The Vernon-Carus acquisition will add to a formidable range of healthcare products already in Synergy's stable. Charles Stanley has a bullish 1,050p price target on the shares, with a best case scenario valuation of 1,590p. It believes that the market has not factored in Synergy's international growth prospects, and the Vernon-Carus deal should add more weight to their case, as should a proposed move from AIM to the full market.
Norcros
It hasn't exactly been an impressive start to life on the public markets for Norcros. Shares in the shower, tile and adhesives group came to the market in July at 78p, and although the shares rallied to 87.5p on the first day of dealings, it has been downhill all the way since. But Friday's debut results should make canny investors sit up and take notice.
This is no fly-by-night small-cap punt. Norcros has been around for a long time and its primary asset is Triton showers, the UK's leading brand.
The shares have not been helped by a jittery market since the float and several early investors took the chance to get out while the stock was still above its float price. Also, investors have been concerned that the tough consumer spending environment will mean harder times ahead for Triton.
Those fears look to be misplaced as the company revealed in-line results and a confident outlook. Interim pre-tax profits rose by 49 per cent to £6.1m on a 3.8 per cent jump in revenues to £84.3m, with a strong performance from the South African tile business, which some investors believe is worth the current market capitalisation on its own.

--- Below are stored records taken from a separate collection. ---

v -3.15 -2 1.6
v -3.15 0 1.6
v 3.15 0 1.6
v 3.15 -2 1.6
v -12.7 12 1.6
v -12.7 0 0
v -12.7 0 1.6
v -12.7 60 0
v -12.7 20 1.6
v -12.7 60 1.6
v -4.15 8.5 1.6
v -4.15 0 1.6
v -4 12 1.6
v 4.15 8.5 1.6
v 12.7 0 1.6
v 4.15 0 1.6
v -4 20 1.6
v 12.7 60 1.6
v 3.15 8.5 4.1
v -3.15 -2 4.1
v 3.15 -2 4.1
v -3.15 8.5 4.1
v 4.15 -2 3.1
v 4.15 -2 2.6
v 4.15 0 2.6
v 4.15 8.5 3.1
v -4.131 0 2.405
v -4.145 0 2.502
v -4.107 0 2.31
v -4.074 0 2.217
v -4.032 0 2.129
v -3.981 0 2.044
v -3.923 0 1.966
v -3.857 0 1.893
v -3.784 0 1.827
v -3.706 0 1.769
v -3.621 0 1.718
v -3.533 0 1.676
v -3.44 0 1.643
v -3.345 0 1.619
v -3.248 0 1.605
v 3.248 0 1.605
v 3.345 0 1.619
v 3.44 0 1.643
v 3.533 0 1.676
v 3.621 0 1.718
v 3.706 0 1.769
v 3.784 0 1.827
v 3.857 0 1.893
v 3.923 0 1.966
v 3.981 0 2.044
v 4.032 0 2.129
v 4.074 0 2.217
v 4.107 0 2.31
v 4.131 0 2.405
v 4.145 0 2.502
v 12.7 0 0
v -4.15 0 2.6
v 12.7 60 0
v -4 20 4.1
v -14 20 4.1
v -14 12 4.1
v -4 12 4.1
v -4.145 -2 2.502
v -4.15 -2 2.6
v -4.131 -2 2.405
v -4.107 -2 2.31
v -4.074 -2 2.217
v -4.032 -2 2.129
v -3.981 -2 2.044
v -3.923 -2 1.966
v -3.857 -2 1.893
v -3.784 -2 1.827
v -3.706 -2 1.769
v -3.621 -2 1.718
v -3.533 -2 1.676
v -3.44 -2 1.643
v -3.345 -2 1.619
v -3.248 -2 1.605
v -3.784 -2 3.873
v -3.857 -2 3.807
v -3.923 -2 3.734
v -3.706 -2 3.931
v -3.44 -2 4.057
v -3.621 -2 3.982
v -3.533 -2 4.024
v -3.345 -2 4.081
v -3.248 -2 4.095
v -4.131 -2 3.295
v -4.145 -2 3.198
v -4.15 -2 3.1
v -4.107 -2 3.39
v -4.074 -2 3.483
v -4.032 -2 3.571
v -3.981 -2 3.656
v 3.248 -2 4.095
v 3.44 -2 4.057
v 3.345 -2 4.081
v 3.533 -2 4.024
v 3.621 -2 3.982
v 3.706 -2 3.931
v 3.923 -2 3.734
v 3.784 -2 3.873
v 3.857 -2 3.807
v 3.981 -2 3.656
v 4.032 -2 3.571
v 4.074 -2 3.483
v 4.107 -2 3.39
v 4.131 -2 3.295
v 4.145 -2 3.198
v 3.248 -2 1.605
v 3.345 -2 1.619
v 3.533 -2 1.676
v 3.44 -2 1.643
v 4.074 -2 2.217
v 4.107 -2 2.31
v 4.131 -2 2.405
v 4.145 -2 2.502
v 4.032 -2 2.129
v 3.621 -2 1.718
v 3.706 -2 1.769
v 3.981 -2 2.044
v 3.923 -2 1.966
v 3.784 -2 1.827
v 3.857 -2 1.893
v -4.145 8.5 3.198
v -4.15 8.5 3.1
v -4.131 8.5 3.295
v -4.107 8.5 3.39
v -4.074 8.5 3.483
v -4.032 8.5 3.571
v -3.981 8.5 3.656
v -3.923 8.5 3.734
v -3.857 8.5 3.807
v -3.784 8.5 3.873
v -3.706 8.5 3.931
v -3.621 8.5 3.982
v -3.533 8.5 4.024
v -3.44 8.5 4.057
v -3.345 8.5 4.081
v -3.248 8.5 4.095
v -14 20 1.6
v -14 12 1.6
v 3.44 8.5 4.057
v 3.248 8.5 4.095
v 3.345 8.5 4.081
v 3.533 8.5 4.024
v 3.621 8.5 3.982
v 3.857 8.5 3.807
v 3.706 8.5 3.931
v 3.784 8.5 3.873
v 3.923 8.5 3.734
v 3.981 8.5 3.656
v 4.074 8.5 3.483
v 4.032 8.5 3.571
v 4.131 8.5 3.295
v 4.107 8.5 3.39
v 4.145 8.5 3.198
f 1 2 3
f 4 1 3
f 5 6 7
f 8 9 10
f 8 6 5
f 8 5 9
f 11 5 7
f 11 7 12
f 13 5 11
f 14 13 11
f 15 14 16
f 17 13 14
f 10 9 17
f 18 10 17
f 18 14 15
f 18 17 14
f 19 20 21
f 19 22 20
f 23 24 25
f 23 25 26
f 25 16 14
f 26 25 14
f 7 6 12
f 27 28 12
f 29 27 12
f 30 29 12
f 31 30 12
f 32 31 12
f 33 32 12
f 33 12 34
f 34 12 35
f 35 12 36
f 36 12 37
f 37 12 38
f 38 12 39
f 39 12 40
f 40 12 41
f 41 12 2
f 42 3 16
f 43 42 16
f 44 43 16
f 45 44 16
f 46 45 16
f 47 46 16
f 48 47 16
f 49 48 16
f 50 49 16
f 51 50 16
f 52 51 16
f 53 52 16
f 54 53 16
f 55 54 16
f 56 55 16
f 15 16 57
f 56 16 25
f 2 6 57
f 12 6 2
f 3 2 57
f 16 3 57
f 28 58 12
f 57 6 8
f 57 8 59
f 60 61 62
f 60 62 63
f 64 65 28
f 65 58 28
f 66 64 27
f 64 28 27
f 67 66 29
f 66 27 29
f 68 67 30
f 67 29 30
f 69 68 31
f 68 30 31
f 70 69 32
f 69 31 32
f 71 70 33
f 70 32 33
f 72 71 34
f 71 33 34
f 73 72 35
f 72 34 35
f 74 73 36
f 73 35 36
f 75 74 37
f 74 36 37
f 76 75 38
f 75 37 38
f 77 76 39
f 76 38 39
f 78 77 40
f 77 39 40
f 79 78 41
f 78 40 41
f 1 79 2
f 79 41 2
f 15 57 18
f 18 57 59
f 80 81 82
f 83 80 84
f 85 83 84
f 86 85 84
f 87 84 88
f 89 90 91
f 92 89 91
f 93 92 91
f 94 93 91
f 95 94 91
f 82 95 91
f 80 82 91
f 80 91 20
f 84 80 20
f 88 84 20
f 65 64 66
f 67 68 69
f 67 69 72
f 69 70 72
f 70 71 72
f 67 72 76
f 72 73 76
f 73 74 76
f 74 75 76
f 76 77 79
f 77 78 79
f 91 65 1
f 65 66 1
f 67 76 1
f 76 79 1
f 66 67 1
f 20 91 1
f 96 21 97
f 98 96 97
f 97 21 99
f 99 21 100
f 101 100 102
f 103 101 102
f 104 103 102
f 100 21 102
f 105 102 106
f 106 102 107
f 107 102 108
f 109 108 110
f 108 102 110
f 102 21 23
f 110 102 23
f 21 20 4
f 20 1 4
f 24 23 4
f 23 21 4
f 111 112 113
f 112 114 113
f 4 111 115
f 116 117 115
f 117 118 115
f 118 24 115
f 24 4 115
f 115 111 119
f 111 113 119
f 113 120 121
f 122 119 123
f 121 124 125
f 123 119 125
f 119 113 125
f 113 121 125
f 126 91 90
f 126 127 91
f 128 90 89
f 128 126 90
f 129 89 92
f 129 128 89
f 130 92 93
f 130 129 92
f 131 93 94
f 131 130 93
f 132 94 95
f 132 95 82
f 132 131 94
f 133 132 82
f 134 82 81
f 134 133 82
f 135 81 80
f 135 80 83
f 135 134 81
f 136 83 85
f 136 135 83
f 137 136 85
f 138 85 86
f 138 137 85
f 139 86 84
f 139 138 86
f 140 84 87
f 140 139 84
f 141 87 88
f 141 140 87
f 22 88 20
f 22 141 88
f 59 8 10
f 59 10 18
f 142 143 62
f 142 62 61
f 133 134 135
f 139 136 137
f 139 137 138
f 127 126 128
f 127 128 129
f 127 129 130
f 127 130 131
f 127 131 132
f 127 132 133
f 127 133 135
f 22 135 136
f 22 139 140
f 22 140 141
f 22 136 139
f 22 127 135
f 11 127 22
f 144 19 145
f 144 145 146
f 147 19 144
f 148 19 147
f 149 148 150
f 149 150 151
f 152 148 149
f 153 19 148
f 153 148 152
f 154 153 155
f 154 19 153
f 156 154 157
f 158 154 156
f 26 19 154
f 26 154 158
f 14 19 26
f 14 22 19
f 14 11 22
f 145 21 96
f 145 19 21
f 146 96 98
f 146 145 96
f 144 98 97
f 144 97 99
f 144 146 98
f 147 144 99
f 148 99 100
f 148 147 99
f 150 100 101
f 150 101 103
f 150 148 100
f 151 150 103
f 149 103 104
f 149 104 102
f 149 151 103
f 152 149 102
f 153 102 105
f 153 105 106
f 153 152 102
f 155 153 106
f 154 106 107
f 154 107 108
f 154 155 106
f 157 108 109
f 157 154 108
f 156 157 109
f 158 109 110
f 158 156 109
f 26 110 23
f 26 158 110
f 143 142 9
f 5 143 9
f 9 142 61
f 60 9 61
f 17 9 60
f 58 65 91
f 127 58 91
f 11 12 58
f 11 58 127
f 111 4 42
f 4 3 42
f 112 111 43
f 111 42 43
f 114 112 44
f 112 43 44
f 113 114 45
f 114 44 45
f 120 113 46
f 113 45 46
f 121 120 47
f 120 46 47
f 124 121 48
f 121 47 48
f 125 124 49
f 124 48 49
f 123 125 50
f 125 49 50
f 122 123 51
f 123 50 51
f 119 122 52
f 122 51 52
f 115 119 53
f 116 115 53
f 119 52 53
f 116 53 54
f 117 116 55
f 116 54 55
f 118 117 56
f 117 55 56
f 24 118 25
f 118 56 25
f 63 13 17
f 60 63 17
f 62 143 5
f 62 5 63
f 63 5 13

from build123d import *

# Parameters (mm, degrees)
SKETCH_W     = 25.4
SKETCH_H     = 60
PAD_DEPTH    = 1.6
SKETCH001_W  = 8.3
SKETCH001_H  = 10.5
PAD001_DEPTH = 2.5
FILLET_R     = 1
SKETCH002_W  = 10
SKETCH002_H  = 8
PAD002_DEPTH = 2.5


with BuildPart() as part:
    # Sketch → Pad (new body)
    with BuildSketch(Plane.XY):
        with Locations((0, 30)):
            Rectangle(SKETCH_W, SKETCH_H)
    extrude(amount=PAD_DEPTH)

    # Sketch001 (on DatumPlane) → Pad001 (join)
    with BuildSketch(Plane.XY.offset(1.6)):
        with Locations((0, 3.25)):
            Rectangle(SKETCH001_W, SKETCH001_H)
    extrude(amount=PAD001_DEPTH)

    # Fillet
    fillet_edges = [part.edges().sort_by_distance(p)[0] for p in [
        (4.15, 3.25, 4.1),
        (-4.15, 3.25, 4.1),
        (-4.15, -1, 1.6),
        (4.15, -1, 1.6),
    ]]
    fillet(fillet_edges, radius=FILLET_R)

    # Sketch002 (on DatumPlane) → Pad002 (join)
    with BuildSketch(Plane.XY.offset(1.6)):
        with Locations((-9, 16)):
            Rectangle(SKETCH002_W, SKETCH002_H)
    extrude(amount=PAD002_DEPTH)


solid = part.part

Triton has been a leading shower brand since the company was formed in 1975 – bears believe that the pressure on sales in DIY retail will also affect Norcros but the truth is that most shower sales are for replacement units. Anyone who has had to replace a shower will know that there is nothing optional about it.
For income seekers, there is a decent dividend, rising to a forecast yield of 6.2 per cent in 2008. The company has strong cashflow, little debt and excellent growth prospects backed up by its long -term track record. Norcros looks to be worth closer inspection for small cap investors.
Atlantic Coal
Small-cap investors could do worse than look out for Atlantic Coal, which begins trading on AIM this morning, particularly given the ongoing strength of the mining sector and strong base commodity prices.
Atlantic is coming to the market via the reverse takeover of Summit Resources, announced in October. Although the company is not raising any new money, there will be an introduction of new shares, organised by HB Capital, and with the shares expected to start trading at 2.5p, the company will have a market capitalisation of just over £19m.
Atlantic Coal is not an exploration stock raising money in the hope that it will find what it is looking for in the wilds of the mineral exploration world – this is a producing company with assets that should continue to produce at current rates for at least another 10 years if its reserve estimates are accurate. The Stockton mine is an open cast project covering 900 acres in Pennsylvania, and there is a ready market for its high quality anthracite coal, which thanks to the opening of a new plant this year is now prepared on site.
Coal may seem like the poor relative of the metals market, but the coal price is sitting pretty at more than $120 a tonne. The US is in the middle of a boom in coal-fired electricity, with at least 90 new plants in construction or in the pipeline. Getting in early on Atlantic might be a shrewd move.